3 de abril de 2015

Ouça...

Não sei se meus lábios abrem o sorriso mais amplo e iluminado que, em qualquer dia, tenha conseguido minha alma cansada expressar

ou


se percebo que ainda tenho meus olhos trêmulos de lágrimas, e um semblante retorcido de saudades, quando vejo em um papel tolo tua letra-desenho a me mandar mensagens secretas que traduzem em mim a justificativa de meu sentimento de vida e do sentimento intraduzível que sinto agora, que não estás aqui...


A pergunta...


Quanto do meu sangue pra ter o direito de ver a palidez sacra que se denuncia desse corpo que o sol banhou com seu dourado?


Às vezes...

Às vezes, eu me perco...
Às vezes, raras, eu me encontro...
Às vezes, me perco onde me encontro.

Mas meu sonho é me encontrar  onde me perco...
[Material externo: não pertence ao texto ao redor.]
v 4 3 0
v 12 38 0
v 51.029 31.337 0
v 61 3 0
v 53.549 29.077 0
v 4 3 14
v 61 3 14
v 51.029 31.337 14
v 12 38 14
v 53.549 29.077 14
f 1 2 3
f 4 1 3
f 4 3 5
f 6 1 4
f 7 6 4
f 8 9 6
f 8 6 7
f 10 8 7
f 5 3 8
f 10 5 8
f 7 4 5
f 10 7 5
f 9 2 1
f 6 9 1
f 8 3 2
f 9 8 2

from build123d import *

# Parameters (mm, degrees)
BOSS_EXTRUDE1_DEPTH = 14
CHAMFER1_SIZE       = 2


with BuildPart() as part:
    # Sketch1 → Boss-Extrude1 (new body)
    with BuildSketch(Plane.XY):
        Polygon((4, 3), (61, 3), (53, 31), (12, 38), align=None)
    extrude(amount=BOSS_EXTRUDE1_DEPTH)

    # Chamfer1
    chamfer1_edges = [part.edges().sort_by_distance(p)[0] for p in [
        (53, 31, 7),
    ]]
    chamfer(chamfer1_edges, length=CHAMFER1_SIZE)


solid = part.part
Eu sonho muito. Como todo tolo...


E agradeço ser assim...


Rabisco


Rabisco.
Rabisco.
Rabisco

E a folha muda e branca torna-se uma rosa que brota sobre a neve.
Ou um cadáver entre os vivos.
Todas as palavras mudam o mundo mas não temos os olhos abertos para ver.
Há a escrita, há a tradução, a releitura, a criação, o cego, o mudo, o mundo.
Todos, sempre, presos às palavras, ao sonho, ao ser.

Continuo...


Rabisco...


Na porta...


Na porta de sua casa, em uma madeira toda enfeitada e envernizada, com letras negras, queimadas, estava escrito, antecipando:

“Nesta casa não se entra Poesia !


Mal sabe ele, coitado, que a Poesia estará ali, mesmo onde é negada, escrita para sempre naquela tábua triste, naquele coração ainda sem portas ou janela, naquela casa fechada.


16 de fevereiro de 2015

Olhos



Com a linha ajustada e firme; o olho direito aberto e atento; costuro as pálpebras do olho esquerdo, num desenho de caminhos desiguais.

(Sinto o vento e imagino que irá chover...)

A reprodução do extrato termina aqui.